In vitro skin model systems are increasingly being used both in the early evaluation of therapeutic drug candidates and in confirmatory mechanistic studies. The most commonly used of these in vitro model systems are reconstituted human epidermis (RHE) models. These RHE models consist solely of epidermal keratinocytes, which comes with some limitations but also with the advantage of focusing toxicologic and pharmacologic evaluation on keratinocytes alone. RHE models can generally be implemented more quickly, easily, and reproducibly than in vivo models and can thus be used for high throughput compound screening while potentially reducing the need for animal studies. Histologic evaluation of RHE sections can be done quite easily, and the sections are very amenable to quantification via image analysis, including automated analysis. RHE model systems can provide very valuable early indications of therapeutic candidate biology, pharmacology, and toxicity; and early results have demonstrated that RHE models have been quite predictive for in vivo pharmacologic and toxicologic effects on the skin, including clinical skin toxicity.

Keywords

skin keratinocytes toxicity pharmacology

Introduction

The 3-D in vitro human skin model systems have been increasingly used in recent years for both toxicologic applications and basic biologic/pathophysiologic research. These models have also recently gained increased acceptance for the toxicologic evaluation of topical irritation and corrosion and have also gained some initial acceptance for the evaluation of cutaneous permeability/transport.

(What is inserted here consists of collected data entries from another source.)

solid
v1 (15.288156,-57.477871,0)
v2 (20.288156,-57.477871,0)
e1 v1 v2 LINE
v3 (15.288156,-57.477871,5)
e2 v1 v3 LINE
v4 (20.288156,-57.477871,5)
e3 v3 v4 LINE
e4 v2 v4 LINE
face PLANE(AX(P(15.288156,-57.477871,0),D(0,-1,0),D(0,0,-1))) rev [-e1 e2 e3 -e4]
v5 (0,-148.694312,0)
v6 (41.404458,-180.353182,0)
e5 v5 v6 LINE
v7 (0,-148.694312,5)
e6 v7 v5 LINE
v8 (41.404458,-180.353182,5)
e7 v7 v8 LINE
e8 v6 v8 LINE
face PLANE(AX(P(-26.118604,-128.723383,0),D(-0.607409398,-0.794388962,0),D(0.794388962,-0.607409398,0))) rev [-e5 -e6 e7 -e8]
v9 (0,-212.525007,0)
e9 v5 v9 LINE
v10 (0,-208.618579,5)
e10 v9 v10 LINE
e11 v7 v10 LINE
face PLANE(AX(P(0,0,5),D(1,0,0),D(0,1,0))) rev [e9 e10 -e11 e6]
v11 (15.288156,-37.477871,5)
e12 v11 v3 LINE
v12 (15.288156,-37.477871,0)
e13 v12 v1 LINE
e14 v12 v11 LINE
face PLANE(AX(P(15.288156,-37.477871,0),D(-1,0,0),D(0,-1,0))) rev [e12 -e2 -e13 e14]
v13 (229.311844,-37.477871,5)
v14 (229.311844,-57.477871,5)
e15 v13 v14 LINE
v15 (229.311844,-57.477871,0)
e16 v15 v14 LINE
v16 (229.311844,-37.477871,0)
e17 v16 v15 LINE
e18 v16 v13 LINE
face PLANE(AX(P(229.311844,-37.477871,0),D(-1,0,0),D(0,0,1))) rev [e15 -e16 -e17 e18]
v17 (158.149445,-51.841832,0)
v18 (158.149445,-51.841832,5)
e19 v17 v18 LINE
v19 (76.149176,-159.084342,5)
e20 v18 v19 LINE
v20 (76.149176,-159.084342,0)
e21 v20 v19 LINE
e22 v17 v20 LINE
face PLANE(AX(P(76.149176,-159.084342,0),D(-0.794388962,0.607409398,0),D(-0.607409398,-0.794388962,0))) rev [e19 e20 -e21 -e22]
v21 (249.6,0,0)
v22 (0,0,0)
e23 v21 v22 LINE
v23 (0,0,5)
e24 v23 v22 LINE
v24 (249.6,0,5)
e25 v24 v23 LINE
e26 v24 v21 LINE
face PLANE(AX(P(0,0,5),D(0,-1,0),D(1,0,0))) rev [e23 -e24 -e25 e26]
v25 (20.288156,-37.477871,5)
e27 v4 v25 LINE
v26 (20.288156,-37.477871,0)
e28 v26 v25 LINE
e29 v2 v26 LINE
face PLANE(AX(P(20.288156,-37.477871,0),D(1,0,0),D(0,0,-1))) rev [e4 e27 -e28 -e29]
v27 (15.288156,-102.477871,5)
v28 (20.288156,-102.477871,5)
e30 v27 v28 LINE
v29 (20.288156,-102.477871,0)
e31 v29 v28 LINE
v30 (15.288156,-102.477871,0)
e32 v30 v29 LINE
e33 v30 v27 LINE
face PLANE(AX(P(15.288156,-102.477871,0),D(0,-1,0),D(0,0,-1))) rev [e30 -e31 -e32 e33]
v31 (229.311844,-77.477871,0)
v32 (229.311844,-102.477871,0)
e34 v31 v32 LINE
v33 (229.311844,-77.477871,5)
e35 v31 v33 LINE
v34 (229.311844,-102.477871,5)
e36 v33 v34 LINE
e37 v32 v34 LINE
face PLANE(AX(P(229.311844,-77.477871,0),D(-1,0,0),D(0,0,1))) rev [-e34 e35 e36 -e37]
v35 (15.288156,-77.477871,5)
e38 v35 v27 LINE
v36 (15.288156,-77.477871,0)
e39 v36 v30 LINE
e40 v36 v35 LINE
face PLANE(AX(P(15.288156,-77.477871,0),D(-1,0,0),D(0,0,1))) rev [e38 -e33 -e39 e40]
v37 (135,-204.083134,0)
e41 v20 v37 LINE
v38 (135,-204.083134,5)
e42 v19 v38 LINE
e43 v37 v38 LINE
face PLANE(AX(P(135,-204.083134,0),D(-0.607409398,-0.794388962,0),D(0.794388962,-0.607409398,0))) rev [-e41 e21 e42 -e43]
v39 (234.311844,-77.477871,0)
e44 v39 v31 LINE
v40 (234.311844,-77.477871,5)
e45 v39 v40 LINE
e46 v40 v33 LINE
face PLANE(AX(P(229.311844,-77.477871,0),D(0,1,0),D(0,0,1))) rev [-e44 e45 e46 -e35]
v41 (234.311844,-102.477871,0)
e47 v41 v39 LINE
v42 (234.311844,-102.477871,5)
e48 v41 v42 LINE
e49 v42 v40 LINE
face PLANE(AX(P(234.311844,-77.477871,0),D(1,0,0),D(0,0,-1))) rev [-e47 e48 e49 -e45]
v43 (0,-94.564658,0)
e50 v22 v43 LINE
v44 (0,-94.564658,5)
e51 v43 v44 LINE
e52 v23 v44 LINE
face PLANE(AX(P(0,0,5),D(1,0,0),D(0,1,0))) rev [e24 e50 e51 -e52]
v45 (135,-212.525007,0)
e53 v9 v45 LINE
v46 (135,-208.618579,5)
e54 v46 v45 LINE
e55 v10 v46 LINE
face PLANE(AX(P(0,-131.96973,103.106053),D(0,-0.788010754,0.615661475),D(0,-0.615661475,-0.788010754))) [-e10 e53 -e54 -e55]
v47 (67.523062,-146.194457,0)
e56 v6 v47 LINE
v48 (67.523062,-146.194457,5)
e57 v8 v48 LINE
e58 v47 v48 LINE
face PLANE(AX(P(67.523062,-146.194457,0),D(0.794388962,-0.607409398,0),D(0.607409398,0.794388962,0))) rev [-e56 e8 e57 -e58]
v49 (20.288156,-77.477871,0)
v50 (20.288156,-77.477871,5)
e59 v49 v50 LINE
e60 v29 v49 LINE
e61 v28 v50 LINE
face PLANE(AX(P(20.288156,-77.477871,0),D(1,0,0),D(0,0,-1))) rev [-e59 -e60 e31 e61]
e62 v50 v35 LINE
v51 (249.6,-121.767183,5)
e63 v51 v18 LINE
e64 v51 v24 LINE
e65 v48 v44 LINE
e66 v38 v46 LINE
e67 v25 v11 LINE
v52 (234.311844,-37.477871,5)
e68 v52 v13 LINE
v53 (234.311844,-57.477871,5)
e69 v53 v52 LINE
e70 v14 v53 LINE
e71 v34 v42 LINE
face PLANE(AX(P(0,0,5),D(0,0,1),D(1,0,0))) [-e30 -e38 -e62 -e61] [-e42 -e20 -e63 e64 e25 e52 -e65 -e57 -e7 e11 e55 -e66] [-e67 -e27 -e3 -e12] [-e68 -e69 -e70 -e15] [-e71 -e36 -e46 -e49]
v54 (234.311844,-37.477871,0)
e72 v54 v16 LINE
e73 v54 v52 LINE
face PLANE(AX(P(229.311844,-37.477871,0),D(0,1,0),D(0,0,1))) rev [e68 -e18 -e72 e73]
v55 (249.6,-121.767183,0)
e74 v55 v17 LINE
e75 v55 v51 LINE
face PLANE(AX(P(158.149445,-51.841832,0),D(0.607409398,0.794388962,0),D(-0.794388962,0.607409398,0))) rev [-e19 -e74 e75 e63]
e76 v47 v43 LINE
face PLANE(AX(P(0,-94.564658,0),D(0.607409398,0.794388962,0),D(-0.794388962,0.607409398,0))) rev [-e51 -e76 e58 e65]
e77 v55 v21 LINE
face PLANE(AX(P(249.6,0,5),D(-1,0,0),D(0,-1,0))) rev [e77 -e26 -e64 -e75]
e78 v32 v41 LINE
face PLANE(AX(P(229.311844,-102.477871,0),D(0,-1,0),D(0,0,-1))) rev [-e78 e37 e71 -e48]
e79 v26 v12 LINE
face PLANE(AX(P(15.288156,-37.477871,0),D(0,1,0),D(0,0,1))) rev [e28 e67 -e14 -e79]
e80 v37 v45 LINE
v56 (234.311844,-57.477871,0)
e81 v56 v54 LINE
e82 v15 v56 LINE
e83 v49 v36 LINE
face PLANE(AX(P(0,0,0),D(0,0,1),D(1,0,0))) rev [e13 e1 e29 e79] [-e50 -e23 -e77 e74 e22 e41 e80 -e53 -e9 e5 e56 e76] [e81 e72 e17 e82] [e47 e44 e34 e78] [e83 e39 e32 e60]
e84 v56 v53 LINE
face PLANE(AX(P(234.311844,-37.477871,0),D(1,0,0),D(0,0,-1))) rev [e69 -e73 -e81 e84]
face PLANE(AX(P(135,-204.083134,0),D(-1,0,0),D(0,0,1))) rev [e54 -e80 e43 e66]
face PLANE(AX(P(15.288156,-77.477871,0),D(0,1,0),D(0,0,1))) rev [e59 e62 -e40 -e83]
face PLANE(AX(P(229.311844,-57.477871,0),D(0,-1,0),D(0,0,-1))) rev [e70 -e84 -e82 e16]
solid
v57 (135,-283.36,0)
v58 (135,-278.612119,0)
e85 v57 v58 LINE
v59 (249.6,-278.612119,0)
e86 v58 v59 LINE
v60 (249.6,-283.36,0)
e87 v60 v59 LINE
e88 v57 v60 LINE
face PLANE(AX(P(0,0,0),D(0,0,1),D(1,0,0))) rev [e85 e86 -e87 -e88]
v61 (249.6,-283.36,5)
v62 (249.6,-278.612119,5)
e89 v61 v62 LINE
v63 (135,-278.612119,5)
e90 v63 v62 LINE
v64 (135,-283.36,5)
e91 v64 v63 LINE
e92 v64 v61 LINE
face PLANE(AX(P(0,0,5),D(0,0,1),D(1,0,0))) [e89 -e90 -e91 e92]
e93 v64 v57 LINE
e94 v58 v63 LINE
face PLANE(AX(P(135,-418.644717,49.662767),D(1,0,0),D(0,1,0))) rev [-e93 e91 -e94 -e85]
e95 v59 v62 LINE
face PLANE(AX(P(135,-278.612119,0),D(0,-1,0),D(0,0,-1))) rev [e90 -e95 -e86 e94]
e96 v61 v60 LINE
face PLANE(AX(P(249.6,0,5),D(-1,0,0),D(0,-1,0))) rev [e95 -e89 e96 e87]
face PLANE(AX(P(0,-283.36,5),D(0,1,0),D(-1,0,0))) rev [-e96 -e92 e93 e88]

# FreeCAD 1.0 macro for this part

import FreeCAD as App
import Part
import Sketcher

V = App.Vector


def add_polygon(sketch, points):
    """Adds a closed chain of lines whose ends are joined by coincident constraints."""
    first, n = sketch.GeometryCount, len(points)
    for a, b in zip(points, points[1:] + points[:1]):
        sketch.addGeometry(Part.LineSegment(App.Vector(*a, 0), App.Vector(*b, 0)), False)
    for i in range(n):
        sketch.addConstraint(Sketcher.Constraint("Coincident", first + i, 2, first + (i + 1) % n, 1))

doc = App.newDocument("Part")
body = doc.addObject("PartDesign::Body", "Body")
body.AllowCompound = True

sketch1 = doc.addObject("Sketcher::SketchObject", "Sketch")
body.addObject(sketch1)
sketch1.AttachmentSupport = (doc.XY_Plane, [""])
sketch1.MapMode = "FlatFace"
add_polygon(sketch1, [(0, 0), (0, -283), (250, -283), (250, 0)])
sketch1.addConstraint(Sketcher.Constraint("Vertical", 0))
sketch1.addConstraint(Sketcher.Constraint("Horizontal", 1))
sketch1.addConstraint(Sketcher.Constraint("Vertical", 2))
sketch1.addConstraint(Sketcher.Constraint("Horizontal", 3))
sketch1.addConstraint(Sketcher.Constraint("Coincident", 3, 2, -1, 1))
sketch1.addConstraint(Sketcher.Constraint("DistanceX", 1, 1, 1, 2, 249.6))
sketch1.addConstraint(Sketcher.Constraint("DistanceY", 0, 2, 0, 1, 283.36))
pad1 = doc.addObject("PartDesign::Pad", "Pad")
body.addObject(pad1)
pad1.Profile = sketch1
pad1.Length = 5

sketch2 = doc.addObject("Sketcher::SketchObject", "Sketch001")
body.addObject(sketch2)
sketch2.Placement = App.Placement(V(0, -131.96973, 103.106053), App.Rotation(V(1, 0, 0), V(0, -0.615661475, -0.788010754), V(0, 0.788010754, -0.615661475), "ZXY"))
add_polygon(sketch2, [(0, 219), (0, -11), (135, -11), (135, 219)])
sketch2.addConstraint(Sketcher.Constraint("Vertical", 0))
sketch2.addConstraint(Sketcher.Constraint("Horizontal", 1))
sketch2.addConstraint(Sketcher.Constraint("Vertical", 2))
sketch2.addConstraint(Sketcher.Constraint("Horizontal", 3))
sketch2.addConstraint(Sketcher.Constraint("PointOnObject", 0, 2, -2))
sketch2.addConstraint(Sketcher.Constraint("DistanceX", 1, 1, 1, 2, 135.0))
sketch2.addConstraint(Sketcher.Constraint("DistanceY", 0, 2, 0, 1, 230.014345))
sketch2.addConstraint(Sketcher.Constraint("DistanceY", -1, 1, 2, 2, 218.608629))
pocket1 = doc.addObject("PartDesign::Pocket", "Pocket")
body.addObject(pocket1)
pocket1.Profile = sketch2
pocket1.Length = 193

sketch3 = doc.addObject("Sketcher::SketchObject", "Sketch002")
body.addObject(sketch3)
sketch3.AttachmentSupport = (doc.XY_Plane, [""])
sketch3.MapMode = "FlatFace"
sketch3.AttachmentOffset = App.Placement(V(0, 0, 5), App.Rotation())
add_polygon(sketch3, [(250, -122), (215, -95), (158, -52), (76, -159), (135, -204), (135, -279), (250, -279)])
sketch3.addConstraint(Sketcher.Constraint("Vertical", 4))
sketch3.addConstraint(Sketcher.Constraint("Horizontal", 5))
sketch3.addConstraint(Sketcher.Constraint("Vertical", 6))
sketch3.addConstraint(Sketcher.Constraint("Parallel", 0, 1))
sketch3.addConstraint(Sketcher.Constraint("Perpendicular", 1, 2))
sketch3.addConstraint(Sketcher.Constraint("Perpendicular", 2, 3))
sketch3.addConstraint(Sketcher.Constraint("Distance", 2, 135.0))
sketch3.addConstraint(Sketcher.Constraint("DistanceX", 5, 1, 5, 2, 114.6))
sketch3.addConstraint(Sketcher.Constraint("DistanceX", -1, 1, 3, 2, 135.0))
sketch3.addConstraint(Sketcher.Constraint("DistanceX", -1, 1, 0, 2, 214.957001))
sketch3.addConstraint(Sketcher.Constraint("DistanceY", 3, 2, 1, 2, 152.241302))
sketch3.addConstraint(Sketcher.Constraint("Distance", 1, 71.51101))
sketch3.addConstraint(Sketcher.Constraint("DistanceY", 4, 2, 4, 1, 74.528985))
sketch3.addConstraint(Sketcher.Constraint("DistanceY", 0, 2, -1, 1, 95.278292))
pocket2 = doc.addObject("PartDesign::Pocket", "Pocket001")
body.addObject(pocket2)
pocket2.Profile = sketch3
pocket2.Type = "ThroughAll"

sketch4 = doc.addObject("Sketcher::SketchObject", "Sketch003")
body.addObject(sketch4)
sketch4.AttachmentSupport = (doc.XY_Plane, [""])
sketch4.MapMode = "FlatFace"
sketch4.AttachmentOffset = App.Placement(V(0, 0, 5), App.Rotation())
add_polygon(sketch4, [(68, -146), (0, -95), (-26, -129), (41, -180)])
sketch4.addConstraint(Sketcher.Constraint("PointOnObject", 0, 2, -2))
sketch4.addConstraint(Sketcher.Constraint("Perpendicular", 0, 1))
sketch4.addConstraint(Sketcher.Constraint("Perpendicular", 1, 2))
sketch4.addConstraint(Sketcher.Constraint("Perpendicular", 2, 3))
sketch4.addConstraint(Sketcher.Constraint("Distance", 0, 85.0))
sketch4.addConstraint(Sketcher.Constraint("Distance", 1, 43.0))
sketch4.addConstraint(Sketcher.Constraint("DistanceY", 2, 2, 1, 2, 51.629799))
sketch4.addConstraint(Sketcher.Constraint("DistanceY", 0, 2, -1, 1, 94.564658))
pocket3 = doc.addObject("PartDesign::Pocket", "Pocket002")
body.addObject(pocket3)
pocket3.Profile = sketch4
pocket3.Type = "ThroughAll"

The most commonly utilized 3-D in vitro human skin models are EpiDerm^®, EpiSkin^®, and SkinEthic^®. All 3 are reconstituted human epidermal (RHE) models that are composed solely of normal human epidermal keratinocytes that form a 3-D reconstitution of normal human epidermis containing all viable (stratum basale, stratum spinosum, and stratum granulosum) and nonviable (stratum corneum) cell layers. All models are metabolically and mitotically active, have a lipid and ceramide profile very similar to normal human epidermis, and express normal epidermal differentiation markers such as keratin 1/10, profilaggrin, and involucrin. They are all grown in serum-free media system and are highly reproducible lot to lot.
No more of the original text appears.